Let’s fit the model one more time with these variables
titanic.lr <- glm(formula=as.factor(Survived)~as.factor(Pclass)+as.factor(Sex)+Age+SibSp,data=train,family='binomial')
summary(titanic.lr)
##
## Call:
## glm(formula = as.factor(Survived) ~ as.factor(Pclass) + as.factor(Sex) +
## Age + SibSp, family = "binomial", data = train)
##
## Deviance Residuals:
## Min 1Q Median 3Q Max
## -2.7876 -0.6417 -0.3864 0.6261 2.4539
##
## Coefficients:
## Estimate Std. Error z value Pr(>|z|)
## (Intercept) 4.334201 0.450700 9.617 < 2e-16 ***
## as.factor(Pclass)2 -1.414360 0.284727 -4.967 6.78e-07 ***
## as.factor(Pclass)3 -2.652618 0.285832 -9.280 < 2e-16 ***
## as.factor(Sex)male -2.627679 0.214771 -12.235 < 2e-16 ***
## Age -0.044760 0.008225 -5.442 5.27e-08 ***
## SibSp -0.380190 0.121516 -3.129 0.00176 **
## ---
## Signif. codes: 0 '***' 0.001 '**' 0.01 '*' 0.05 '.' 0.1 ' ' 1
##
## (Dispersion parameter for binomial family taken to be 1)
##
## Null deviance: 964.52 on 713 degrees of freedom
## Residual deviance: 636.56 on 708 degrees of freedom
## AIC: 648.56
##
## Number of Fisher Scoring iterations: 5
All the variables have low p-value, with high significance values. I believe this is the best model for logistic regression.
4 Prediction
Let’s push the test data through this model
prob <- predict(titanic.lr,newdata=test,type="response")

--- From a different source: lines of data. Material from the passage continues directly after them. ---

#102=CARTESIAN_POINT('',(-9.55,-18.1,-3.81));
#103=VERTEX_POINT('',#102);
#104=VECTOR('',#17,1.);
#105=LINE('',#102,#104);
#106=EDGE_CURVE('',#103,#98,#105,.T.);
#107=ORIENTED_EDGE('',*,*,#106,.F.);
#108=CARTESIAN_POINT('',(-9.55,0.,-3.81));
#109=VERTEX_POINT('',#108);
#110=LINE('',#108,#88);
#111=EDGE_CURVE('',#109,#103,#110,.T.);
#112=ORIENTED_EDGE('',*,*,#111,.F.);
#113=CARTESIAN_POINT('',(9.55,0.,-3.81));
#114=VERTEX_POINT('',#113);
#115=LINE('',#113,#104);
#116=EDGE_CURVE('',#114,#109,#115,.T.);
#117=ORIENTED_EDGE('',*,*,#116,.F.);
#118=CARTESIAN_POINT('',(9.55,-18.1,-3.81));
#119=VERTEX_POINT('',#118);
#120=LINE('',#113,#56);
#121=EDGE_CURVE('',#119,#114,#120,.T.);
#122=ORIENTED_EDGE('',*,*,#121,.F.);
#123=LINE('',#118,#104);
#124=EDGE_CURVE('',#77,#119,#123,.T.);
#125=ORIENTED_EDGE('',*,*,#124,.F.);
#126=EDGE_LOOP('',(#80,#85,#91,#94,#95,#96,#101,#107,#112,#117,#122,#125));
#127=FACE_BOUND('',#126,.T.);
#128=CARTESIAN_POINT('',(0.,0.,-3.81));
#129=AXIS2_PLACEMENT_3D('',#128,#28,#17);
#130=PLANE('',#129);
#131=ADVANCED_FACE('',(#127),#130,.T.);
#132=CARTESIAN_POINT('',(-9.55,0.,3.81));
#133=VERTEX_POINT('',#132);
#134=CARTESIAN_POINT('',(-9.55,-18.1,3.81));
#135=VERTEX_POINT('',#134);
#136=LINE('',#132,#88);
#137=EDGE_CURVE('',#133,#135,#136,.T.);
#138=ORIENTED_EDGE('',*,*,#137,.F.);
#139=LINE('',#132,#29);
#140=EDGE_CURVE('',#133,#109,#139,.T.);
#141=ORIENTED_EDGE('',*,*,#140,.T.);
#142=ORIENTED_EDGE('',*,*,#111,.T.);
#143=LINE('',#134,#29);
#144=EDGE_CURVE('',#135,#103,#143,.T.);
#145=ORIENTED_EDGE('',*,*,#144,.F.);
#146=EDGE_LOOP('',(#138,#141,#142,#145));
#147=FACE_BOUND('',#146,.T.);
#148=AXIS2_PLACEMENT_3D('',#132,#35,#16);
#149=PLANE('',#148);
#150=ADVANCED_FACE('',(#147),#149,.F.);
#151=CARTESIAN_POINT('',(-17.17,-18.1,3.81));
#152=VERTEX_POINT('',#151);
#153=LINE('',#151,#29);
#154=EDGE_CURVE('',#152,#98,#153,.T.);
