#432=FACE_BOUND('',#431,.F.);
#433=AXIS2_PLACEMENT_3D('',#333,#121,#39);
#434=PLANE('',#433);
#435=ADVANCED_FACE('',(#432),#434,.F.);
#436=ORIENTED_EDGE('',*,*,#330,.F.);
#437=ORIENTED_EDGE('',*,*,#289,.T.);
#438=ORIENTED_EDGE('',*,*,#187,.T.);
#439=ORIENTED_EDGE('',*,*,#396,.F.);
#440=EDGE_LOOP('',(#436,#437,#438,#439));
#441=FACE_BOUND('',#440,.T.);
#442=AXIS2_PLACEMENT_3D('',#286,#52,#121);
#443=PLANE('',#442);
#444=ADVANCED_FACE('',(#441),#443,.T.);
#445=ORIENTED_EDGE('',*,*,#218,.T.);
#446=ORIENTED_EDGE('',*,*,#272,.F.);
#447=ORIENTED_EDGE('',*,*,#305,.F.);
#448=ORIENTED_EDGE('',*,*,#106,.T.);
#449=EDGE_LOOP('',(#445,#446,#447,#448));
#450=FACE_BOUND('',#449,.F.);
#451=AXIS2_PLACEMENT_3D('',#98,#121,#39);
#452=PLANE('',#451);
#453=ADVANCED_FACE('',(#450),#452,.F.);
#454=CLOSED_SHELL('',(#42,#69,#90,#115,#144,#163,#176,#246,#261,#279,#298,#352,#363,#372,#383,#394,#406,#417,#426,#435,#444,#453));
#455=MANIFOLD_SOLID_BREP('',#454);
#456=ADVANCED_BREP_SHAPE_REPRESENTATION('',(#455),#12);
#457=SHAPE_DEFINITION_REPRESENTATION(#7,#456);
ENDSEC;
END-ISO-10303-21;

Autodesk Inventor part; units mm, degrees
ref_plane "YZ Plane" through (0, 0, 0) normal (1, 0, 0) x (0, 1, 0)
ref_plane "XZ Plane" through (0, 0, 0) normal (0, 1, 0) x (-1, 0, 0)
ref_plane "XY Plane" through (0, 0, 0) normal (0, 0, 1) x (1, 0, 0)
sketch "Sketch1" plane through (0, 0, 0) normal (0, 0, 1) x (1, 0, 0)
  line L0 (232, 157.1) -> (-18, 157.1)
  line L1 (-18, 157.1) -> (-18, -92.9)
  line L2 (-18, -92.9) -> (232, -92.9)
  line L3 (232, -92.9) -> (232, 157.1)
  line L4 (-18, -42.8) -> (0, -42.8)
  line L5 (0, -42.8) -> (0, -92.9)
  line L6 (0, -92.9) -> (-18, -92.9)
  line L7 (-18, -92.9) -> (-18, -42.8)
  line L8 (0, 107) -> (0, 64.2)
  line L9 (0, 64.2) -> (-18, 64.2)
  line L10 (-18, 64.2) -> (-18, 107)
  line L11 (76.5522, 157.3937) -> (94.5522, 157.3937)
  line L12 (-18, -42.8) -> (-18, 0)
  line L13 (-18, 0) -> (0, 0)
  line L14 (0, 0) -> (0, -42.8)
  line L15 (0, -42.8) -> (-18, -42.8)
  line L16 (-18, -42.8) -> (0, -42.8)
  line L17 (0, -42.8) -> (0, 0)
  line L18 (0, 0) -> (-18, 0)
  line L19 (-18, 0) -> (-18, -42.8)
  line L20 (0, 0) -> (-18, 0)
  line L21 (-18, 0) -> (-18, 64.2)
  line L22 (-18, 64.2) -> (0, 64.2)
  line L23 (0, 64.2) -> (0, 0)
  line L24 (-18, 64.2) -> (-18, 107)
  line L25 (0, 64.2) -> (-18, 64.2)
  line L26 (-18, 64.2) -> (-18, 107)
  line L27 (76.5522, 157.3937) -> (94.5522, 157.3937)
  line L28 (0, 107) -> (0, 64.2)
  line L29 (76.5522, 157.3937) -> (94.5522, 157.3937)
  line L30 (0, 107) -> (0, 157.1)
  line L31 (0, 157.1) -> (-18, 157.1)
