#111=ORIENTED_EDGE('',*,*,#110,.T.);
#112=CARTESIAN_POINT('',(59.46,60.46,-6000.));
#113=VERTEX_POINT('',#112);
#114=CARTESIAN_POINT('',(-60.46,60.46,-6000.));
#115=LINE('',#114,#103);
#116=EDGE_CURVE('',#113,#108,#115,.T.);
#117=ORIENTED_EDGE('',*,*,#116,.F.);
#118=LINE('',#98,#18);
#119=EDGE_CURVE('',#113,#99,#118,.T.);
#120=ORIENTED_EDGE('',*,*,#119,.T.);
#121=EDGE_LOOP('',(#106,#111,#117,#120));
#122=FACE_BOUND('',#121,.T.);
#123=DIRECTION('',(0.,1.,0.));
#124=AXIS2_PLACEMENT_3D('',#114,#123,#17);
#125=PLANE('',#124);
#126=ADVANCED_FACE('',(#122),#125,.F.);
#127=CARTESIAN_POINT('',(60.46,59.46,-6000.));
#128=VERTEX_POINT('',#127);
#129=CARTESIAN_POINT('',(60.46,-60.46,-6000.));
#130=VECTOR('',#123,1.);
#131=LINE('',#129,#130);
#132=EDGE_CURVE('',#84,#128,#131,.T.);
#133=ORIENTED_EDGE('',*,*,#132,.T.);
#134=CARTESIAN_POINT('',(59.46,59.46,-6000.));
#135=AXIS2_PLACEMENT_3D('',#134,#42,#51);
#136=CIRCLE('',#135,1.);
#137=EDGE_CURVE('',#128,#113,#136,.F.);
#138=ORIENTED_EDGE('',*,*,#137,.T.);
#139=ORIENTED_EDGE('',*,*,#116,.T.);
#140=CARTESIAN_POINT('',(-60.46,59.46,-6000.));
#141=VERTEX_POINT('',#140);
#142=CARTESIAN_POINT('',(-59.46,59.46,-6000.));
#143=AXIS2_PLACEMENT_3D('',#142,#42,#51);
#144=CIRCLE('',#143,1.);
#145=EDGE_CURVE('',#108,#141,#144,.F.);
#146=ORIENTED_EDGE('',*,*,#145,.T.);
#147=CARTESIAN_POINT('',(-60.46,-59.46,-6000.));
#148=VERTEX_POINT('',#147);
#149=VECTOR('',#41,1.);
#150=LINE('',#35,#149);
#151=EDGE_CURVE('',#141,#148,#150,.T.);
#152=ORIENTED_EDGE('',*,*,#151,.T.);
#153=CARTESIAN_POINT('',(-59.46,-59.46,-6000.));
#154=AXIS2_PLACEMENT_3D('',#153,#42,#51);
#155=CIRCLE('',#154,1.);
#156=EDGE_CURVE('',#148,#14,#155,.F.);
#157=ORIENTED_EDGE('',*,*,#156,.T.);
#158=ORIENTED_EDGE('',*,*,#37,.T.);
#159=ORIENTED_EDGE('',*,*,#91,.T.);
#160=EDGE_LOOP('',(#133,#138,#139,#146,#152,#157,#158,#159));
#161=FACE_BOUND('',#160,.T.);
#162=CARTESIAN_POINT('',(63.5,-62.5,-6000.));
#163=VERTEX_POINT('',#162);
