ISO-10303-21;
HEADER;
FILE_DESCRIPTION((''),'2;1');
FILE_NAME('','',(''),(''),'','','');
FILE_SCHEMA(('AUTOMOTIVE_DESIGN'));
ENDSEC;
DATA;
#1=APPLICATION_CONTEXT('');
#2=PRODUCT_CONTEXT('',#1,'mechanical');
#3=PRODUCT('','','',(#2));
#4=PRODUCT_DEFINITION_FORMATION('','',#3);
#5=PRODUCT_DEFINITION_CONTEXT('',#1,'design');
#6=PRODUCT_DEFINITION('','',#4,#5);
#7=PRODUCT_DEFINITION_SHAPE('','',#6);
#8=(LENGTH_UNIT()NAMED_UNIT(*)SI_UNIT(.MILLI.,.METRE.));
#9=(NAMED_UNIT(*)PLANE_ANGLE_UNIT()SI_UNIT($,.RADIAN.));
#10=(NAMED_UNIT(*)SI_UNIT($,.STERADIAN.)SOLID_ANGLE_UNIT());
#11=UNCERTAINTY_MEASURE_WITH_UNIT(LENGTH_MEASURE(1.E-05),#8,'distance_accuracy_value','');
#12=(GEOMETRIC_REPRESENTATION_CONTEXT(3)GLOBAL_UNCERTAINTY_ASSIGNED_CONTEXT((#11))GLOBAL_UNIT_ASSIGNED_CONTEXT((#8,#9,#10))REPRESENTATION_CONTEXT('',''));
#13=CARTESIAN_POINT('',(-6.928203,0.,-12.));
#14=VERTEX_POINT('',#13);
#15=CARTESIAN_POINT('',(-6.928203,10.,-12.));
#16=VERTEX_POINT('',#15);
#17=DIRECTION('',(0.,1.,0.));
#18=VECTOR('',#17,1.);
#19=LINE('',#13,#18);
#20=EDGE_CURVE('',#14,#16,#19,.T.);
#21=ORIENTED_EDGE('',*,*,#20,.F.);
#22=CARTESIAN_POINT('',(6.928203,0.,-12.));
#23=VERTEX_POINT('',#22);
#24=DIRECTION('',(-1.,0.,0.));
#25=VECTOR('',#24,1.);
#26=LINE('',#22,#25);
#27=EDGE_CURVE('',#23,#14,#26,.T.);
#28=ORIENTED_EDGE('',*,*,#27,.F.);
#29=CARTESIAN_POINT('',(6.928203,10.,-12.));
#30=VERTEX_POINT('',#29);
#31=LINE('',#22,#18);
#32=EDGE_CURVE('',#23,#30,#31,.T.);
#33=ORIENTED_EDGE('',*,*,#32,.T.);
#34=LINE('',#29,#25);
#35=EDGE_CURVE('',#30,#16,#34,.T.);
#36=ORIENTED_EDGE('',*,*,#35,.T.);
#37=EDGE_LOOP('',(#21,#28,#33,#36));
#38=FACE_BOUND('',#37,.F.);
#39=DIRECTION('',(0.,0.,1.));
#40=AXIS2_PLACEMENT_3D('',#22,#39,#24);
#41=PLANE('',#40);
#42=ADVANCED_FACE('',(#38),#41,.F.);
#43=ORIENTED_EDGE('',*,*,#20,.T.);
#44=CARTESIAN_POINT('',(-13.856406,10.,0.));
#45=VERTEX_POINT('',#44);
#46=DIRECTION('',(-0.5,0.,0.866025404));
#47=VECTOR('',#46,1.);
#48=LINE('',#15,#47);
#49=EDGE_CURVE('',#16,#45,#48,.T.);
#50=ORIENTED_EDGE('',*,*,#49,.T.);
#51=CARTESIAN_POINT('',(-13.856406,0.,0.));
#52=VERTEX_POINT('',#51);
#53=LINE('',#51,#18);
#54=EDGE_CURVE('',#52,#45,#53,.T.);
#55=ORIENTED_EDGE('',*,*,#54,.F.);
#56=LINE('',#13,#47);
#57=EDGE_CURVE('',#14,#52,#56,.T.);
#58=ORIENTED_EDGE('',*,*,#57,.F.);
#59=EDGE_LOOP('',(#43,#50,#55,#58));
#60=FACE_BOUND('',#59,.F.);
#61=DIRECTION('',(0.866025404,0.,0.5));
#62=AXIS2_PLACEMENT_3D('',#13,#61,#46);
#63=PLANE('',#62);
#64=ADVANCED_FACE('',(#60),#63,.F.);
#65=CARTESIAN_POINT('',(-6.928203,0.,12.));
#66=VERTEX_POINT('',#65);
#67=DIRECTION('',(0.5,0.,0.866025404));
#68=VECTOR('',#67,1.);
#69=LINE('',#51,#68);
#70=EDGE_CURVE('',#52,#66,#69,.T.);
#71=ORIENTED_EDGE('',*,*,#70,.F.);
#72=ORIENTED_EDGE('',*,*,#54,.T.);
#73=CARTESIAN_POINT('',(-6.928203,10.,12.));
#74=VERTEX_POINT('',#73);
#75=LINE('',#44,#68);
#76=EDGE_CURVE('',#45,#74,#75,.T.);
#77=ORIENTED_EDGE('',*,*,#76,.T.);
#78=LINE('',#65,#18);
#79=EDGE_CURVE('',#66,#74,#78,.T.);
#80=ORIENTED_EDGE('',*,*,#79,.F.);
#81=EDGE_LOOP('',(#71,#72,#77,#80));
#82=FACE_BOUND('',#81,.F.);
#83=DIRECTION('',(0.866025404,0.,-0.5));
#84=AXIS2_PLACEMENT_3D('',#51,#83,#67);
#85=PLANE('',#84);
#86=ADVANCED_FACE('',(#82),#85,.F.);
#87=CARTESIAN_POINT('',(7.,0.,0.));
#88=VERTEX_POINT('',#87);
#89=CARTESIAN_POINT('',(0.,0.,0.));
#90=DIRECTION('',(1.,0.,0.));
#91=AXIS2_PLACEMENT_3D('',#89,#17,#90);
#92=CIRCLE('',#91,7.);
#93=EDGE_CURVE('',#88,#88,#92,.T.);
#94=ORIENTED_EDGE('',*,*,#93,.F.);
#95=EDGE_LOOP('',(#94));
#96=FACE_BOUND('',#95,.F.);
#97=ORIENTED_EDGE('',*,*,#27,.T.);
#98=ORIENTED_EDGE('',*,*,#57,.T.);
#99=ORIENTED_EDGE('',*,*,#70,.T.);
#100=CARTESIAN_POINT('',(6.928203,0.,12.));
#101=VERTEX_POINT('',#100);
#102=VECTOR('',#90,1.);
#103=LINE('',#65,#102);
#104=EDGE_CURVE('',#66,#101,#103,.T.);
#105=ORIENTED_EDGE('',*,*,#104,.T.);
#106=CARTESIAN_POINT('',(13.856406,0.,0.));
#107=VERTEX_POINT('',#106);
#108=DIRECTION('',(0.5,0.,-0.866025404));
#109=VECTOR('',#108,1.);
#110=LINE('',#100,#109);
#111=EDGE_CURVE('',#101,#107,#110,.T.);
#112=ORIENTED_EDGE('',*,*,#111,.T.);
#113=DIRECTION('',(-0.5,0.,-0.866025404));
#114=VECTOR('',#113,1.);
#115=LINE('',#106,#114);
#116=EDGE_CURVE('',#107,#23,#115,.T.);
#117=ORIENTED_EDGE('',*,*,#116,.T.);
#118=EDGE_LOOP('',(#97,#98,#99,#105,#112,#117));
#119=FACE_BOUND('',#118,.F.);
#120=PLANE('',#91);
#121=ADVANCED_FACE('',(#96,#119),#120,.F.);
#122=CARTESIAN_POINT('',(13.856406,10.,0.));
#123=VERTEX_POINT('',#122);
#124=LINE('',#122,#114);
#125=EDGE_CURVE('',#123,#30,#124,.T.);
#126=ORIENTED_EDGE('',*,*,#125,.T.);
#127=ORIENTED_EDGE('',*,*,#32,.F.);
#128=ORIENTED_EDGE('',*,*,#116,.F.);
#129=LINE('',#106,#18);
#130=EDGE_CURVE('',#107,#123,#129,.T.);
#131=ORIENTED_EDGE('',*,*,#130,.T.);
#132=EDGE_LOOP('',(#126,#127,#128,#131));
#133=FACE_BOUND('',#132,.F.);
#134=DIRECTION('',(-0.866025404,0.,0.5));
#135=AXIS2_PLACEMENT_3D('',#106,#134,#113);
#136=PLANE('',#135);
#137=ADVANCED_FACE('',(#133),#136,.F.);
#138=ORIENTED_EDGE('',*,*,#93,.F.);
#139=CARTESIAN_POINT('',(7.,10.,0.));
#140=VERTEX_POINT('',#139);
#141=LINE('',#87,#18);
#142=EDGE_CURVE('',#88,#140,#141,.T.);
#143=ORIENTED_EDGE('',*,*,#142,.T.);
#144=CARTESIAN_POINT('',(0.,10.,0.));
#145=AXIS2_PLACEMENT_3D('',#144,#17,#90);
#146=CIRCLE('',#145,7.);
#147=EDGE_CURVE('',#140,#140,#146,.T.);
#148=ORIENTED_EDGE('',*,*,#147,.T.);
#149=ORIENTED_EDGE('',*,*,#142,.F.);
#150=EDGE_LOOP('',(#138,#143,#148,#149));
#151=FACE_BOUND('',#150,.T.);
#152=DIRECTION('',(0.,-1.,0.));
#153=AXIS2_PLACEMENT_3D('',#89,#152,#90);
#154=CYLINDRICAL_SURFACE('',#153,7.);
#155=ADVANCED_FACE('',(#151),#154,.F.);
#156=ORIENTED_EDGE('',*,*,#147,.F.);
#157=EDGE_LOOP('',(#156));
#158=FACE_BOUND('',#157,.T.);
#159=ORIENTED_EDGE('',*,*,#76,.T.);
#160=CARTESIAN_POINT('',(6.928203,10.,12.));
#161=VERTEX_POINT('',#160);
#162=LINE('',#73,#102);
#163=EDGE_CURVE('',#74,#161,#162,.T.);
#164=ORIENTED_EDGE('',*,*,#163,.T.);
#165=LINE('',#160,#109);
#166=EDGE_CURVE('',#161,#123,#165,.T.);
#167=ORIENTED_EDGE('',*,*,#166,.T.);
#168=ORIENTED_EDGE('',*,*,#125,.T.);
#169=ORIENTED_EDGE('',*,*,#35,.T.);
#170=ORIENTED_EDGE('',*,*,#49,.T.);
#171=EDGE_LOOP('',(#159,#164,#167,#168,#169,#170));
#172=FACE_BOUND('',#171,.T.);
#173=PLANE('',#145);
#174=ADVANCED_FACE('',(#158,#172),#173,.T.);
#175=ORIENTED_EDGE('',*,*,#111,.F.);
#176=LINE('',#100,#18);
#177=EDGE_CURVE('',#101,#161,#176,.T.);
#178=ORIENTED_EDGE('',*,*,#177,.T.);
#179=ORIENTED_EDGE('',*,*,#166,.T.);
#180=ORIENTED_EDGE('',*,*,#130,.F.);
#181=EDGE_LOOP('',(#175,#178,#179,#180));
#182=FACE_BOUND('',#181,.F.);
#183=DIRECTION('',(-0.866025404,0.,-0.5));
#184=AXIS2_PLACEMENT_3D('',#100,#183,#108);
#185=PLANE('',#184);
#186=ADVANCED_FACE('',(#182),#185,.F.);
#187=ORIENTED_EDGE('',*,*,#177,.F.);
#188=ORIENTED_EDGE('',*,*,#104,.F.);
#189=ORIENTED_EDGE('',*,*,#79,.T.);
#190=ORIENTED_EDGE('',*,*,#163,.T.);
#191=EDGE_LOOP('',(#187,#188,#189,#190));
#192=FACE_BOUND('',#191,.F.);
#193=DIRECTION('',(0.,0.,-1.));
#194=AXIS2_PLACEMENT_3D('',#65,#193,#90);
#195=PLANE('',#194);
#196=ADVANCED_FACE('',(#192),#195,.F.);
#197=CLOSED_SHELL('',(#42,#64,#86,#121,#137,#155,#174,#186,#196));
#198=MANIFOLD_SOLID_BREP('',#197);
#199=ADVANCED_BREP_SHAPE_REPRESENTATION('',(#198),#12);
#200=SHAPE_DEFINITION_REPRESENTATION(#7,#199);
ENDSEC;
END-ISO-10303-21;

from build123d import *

# Parameters (mm, degrees)
SKETCH1_R           = 7
BOSS_EXTRUDE1_DEPTH = 10


with BuildPart() as part:
    # Sketch1 → Boss-Extrude1 (new body)
    with BuildSketch(Plane(origin=(0, 0, 0), x_dir=(1, 0, 0), z_dir=(0, 1, 0))):
        Polygon((13.856406461, 0), (6.92820323, 12), (-6.92820323, 12), (-13.856406461, 0), (-6.92820323, -12), (6.92820323, -12), align=None)
        Circle(SKETCH1_R, mode=Mode.SUBTRACT)
    extrude(amount=BOSS_EXTRUDE1_DEPTH)


solid = part.part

prediction <- rep(0,nrow(test))
prediction[prob>0.5] <- 1
solution <- data.frame(PassengerID = test$PassengerId, Survived = prediction)
And write it into a submission file
write.csv(solution, file = 'solution.csv', row.names = F)
head(solution)
## PassengerID Survived
## 1 892 0
## 2 893 0
## 3 894 0
## 4 895 0
## 5 896 1
## 6 897 0
Thank you for reading my report on Logistic Regression to predict Titanic Survivals !!!